Assignment:
In the records below, find the line holding "#304=FACE_BOUND('',#303,.T.);" and the line holding "# Sketch3 → Boss-Extrude9 2 (new body)". Set down both, with every line between them, exactly.

══ Provided data

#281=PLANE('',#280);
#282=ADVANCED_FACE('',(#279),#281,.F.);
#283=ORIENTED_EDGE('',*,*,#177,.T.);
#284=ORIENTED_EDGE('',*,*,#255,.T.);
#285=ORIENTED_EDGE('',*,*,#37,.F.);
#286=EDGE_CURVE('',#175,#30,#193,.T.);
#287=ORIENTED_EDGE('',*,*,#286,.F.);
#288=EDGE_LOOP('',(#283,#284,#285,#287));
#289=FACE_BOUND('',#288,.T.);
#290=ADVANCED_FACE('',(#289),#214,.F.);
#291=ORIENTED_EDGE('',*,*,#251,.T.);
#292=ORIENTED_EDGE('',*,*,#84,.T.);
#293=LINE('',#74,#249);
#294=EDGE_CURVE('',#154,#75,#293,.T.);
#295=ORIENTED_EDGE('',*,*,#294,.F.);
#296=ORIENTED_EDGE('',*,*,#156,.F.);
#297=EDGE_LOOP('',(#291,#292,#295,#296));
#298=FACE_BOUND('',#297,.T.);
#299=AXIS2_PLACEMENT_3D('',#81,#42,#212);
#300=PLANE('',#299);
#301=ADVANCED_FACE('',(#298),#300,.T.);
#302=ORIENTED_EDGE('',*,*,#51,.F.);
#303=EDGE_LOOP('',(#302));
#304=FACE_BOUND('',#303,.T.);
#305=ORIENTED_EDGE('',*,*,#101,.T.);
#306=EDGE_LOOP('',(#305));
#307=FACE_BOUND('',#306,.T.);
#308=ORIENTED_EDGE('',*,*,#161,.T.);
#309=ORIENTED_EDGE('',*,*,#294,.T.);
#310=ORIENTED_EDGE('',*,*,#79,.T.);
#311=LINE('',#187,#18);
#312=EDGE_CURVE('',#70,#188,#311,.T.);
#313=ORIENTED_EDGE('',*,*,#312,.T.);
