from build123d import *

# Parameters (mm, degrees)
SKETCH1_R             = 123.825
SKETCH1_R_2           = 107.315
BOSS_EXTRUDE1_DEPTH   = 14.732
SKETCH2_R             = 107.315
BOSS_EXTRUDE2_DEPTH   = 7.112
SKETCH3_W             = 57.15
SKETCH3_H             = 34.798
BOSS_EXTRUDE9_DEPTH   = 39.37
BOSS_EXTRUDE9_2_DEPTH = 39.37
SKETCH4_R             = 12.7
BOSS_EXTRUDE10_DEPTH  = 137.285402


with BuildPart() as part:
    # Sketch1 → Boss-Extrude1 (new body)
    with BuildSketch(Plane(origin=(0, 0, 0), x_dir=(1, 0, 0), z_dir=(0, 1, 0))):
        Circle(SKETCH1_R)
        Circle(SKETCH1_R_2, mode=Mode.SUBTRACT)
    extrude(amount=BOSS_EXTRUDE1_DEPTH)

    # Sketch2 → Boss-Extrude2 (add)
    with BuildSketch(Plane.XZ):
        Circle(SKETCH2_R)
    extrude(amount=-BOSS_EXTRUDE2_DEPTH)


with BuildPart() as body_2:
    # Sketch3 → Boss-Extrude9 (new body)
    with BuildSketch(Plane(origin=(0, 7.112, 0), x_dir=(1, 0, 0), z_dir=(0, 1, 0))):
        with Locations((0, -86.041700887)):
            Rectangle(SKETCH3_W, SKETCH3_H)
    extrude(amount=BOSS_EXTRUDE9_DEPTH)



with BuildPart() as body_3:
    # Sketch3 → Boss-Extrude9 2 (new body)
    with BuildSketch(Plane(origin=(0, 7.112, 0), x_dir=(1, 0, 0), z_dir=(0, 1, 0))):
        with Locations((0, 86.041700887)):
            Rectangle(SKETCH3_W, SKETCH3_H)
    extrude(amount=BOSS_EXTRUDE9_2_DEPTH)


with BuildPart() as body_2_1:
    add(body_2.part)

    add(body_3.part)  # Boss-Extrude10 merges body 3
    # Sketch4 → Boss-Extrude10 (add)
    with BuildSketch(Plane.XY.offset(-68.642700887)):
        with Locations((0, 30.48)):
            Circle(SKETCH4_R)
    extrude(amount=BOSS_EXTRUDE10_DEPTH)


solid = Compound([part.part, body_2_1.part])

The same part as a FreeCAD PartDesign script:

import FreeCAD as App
import Part
import Sketcher
Q = App.Units.Quantity


def add_polygon(sketch, points):
    """Adds a closed chain of lines whose ends are joined by coincident constraints."""
    first, n = sketch.GeometryCount, len(points)
    for a, b in zip(points, points[1:] + points[:1]):
        sketch.addGeometry(Part.LineSegment(App.Vector(*a, 0), App.Vector(*b, 0)), False)
    for i in range(n):
        sketch.addConstraint(Sketcher.Constraint("Coincident", first + i, 2, first + (i + 1) % n, 1))

doc = App.newDocument("Part")
body = doc.addObject("PartDesign::Body", "Body")

# Sketch on XZ plane
sketch1 = body.newObject("Sketcher::SketchObject", "Sketch")
sketch1.AttachmentSupport = (doc.getObject("XZ_Plane"), [""])
sketch1.MapMode = "FlatFace"
sketch1.addGeometry([
    Part.Circle(App.Vector(0, 0, 0), App.Vector(0, 0, 1), 124),
    Part.Circle(App.Vector(0, 0, 0), App.Vector(0, 0, 1), 107),
], False)
sketch1.addConstraint([
    Sketcher.Constraint("Coincident", 0, 3, -1, 1),
    Sketcher.Constraint("Coincident", 1, 3, -1, 1),
    Sketcher.Constraint("Diameter", 0, Q("9.75 in")),
    Sketcher.Constraint("Diameter", 1, Q("8.45 in")),
])
pad1 = body.newObject("PartDesign::Pad", "Pad")
pad1.Profile = sketch1
pad1.Length = Q("0.58 in")
pad1.Reversed = True

# Sketch on XZ plane
sketch2 = body.newObject("Sketcher::SketchObject", "Sketch001")
sketch2.AttachmentSupport = (doc.getObject("XZ_Plane"), [""])
sketch2.MapMode = "FlatFace"
sketch2.addGeometry(Part.Circle(App.Vector(0, 0, 0), App.Vector(0, 0, 1), 107), False)
sketch2.addConstraint([
    Sketcher.Constraint("Coincident", 0, 3, -1, 1),
    Sketcher.Constraint("Diameter", 0, Q("8.45 in")),
])
pad2 = body.newObject("PartDesign::Pad", "Pad001")
pad2.Profile = sketch2
pad2.Length = Q("0.28 in")
pad2.Reversed = True
body2 = doc.addObject("PartDesign::Body", "Body001")

# Sketch on XZ plane
sketch3 = body2.newObject("Sketcher::SketchObject", "Sketch002")
sketch3.AttachmentSupport = (doc.getObject("XZ_Plane001"), [""])
sketch3.MapMode = "FlatFace"
sketch3.AttachmentOffset = App.Placement(App.Vector(0, 0, -0.28 * 25.4), App.Rotation())
add_polygon(sketch3, [(-29, 69), (-29, 103), (29, 103), (29, 69)])  # lines 0-3
sketch3.addConstraint([
    Sketcher.Constraint("Vertical", 0),
    Sketcher.Constraint("Horizontal", 1),
    Sketcher.Constraint("Vertical", 2),
    Sketcher.Constraint("Horizontal", 3),
    Sketcher.Constraint("DistanceX", 1, 1, 1, 2, Q("2.25 in")),
    Sketcher.Constraint("DistanceY", 0, 1, 0, 2, Q("1.37 in")),
    Sketcher.Constraint("DistanceX", 0, 2, -1, 1, Q("1.125 in")),
    Sketcher.Constraint("DistanceY", -1, 1, 0, 2, Q("103.440701 mm")),
])
pad3 = body2.newObject("PartDesign::Pad", "Pad002")
pad3.Profile = sketch3
pad3.Length = Q("1.55 in")
pad3.Reversed = True
body3 = doc.addObject("PartDesign::Body", "Body002")

# Sketch on XZ plane
sketch4 = body3.newObject("Sketcher::SketchObject", "Sketch003")
sketch4.AttachmentSupport = (doc.getObject("XZ_Plane002"), [""])
sketch4.MapMode = "FlatFace"
sketch4.AttachmentOffset = App.Placement(App.Vector(0, 0, -0.28 * 25.4), App.Rotation())
add_polygon(sketch4, [(-29, -103), (-29, -69), (29, -69), (29, -103)])  # lines 0-3
sketch4.addConstraint([
    Sketcher.Constraint("Vertical", 0),
    Sketcher.Constraint("Horizontal", 1),
    Sketcher.Constraint("Vertical", 2),
    Sketcher.Constraint("Horizontal", 3),
    Sketcher.Constraint("DistanceX", 1, 1, 1, 2, Q("2.25 in")),
    Sketcher.Constraint("DistanceY", 0, 1, 0, 2, Q("1.37 in")),
    Sketcher.Constraint("DistanceX", 0, 2, -1, 1, Q("1.125 in")),
    Sketcher.Constraint("DistanceY", 0, 2, -1, 1, Q("68.642701 mm")),
])
pad4 = body3.newObject("PartDesign::Pad", "Pad003")
pad4.Profile = sketch4
pad4.Length = Q("1.55 in")
pad4.Reversed = True
body2.AllowCompound = True
doc.recompute()

boolean = body2.newObject("PartDesign::Boolean", "Boolean")
boolean.Type = "Fuse"
boolean.addObjects([body3])

# Sketch on XY plane
sketch5 = body2.newObject("Sketcher::SketchObject", "Sketch004")
sketch5.AttachmentSupport = (doc.getObject("XY_Plane001"), [""])
sketch5.MapMode = "FlatFace"
sketch5.AttachmentOffset = App.Placement(App.Vector(0, 0, -68.642701), App.Rotation())
sketch5.addGeometry(Part.Circle(App.Vector(0, 30, 0), App.Vector(0, 0, 1), 13), False)
sketch5.addConstraint([
    Sketcher.Constraint("PointOnObject", 0, 3, -2),
    Sketcher.Constraint("Diameter", 0, Q("1 in")),
    Sketcher.Constraint("DistanceY", -1, 1, 0, 3, Q("1.2 in")),
])
pad5 = body2.newObject("PartDesign::Pad", "Pad004")
pad5.Profile = sketch5
pad5.Length = 137.285402

doc.recompute()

════

Result below:
#304=FACE_BOUND('',#303,.T.);
#305=ORIENTED_EDGE('',*,*,#101,.T.);
#306=EDGE_LOOP('',(#305));
#307=FACE_BOUND('',#306,.T.);
#308=ORIENTED_EDGE('',*,*,#161,.T.);
#309=ORIENTED_EDGE('',*,*,#294,.T.);
#310=ORIENTED_EDGE('',*,*,#79,.T.);
#311=LINE('',#187,#18);
#312=EDGE_CURVE('',#70,#188,#311,.T.);
#313=ORIENTED_EDGE('',*,*,#312,.T.);
from build123d import *

# Parameters (mm, degrees)
SKETCH1_R             = 123.825
SKETCH1_R_2           = 107.315
BOSS_EXTRUDE1_DEPTH   = 14.732
SKETCH2_R             = 107.315
BOSS_EXTRUDE2_DEPTH   = 7.112
SKETCH3_W             = 57.15
SKETCH3_H             = 34.798
BOSS_EXTRUDE9_DEPTH   = 39.37
BOSS_EXTRUDE9_2_DEPTH = 39.37
SKETCH4_R             = 12.7
BOSS_EXTRUDE10_DEPTH  = 137.285402


with BuildPart() as part:
    # Sketch1 → Boss-Extrude1 (new body)
    with BuildSketch(Plane(origin=(0, 0, 0), x_dir=(1, 0, 0), z_dir=(0, 1, 0))):
        Circle(SKETCH1_R)
        Circle(SKETCH1_R_2, mode=Mode.SUBTRACT)
    extrude(amount=BOSS_EXTRUDE1_DEPTH)

    # Sketch2 → Boss-Extrude2 (add)
    with BuildSketch(Plane.XZ):
        Circle(SKETCH2_R)
    extrude(amount=-BOSS_EXTRUDE2_DEPTH)


with BuildPart() as body_2:
    # Sketch3 → Boss-Extrude9 (new body)
    with BuildSketch(Plane(origin=(0, 7.112, 0), x_dir=(1, 0, 0), z_dir=(0, 1, 0))):
        with Locations((0, -86.041700887)):
            Rectangle(SKETCH3_W, SKETCH3_H)
    extrude(amount=BOSS_EXTRUDE9_DEPTH)



with BuildPart() as body_3:
    # Sketch3 → Boss-Extrude9 2 (new body)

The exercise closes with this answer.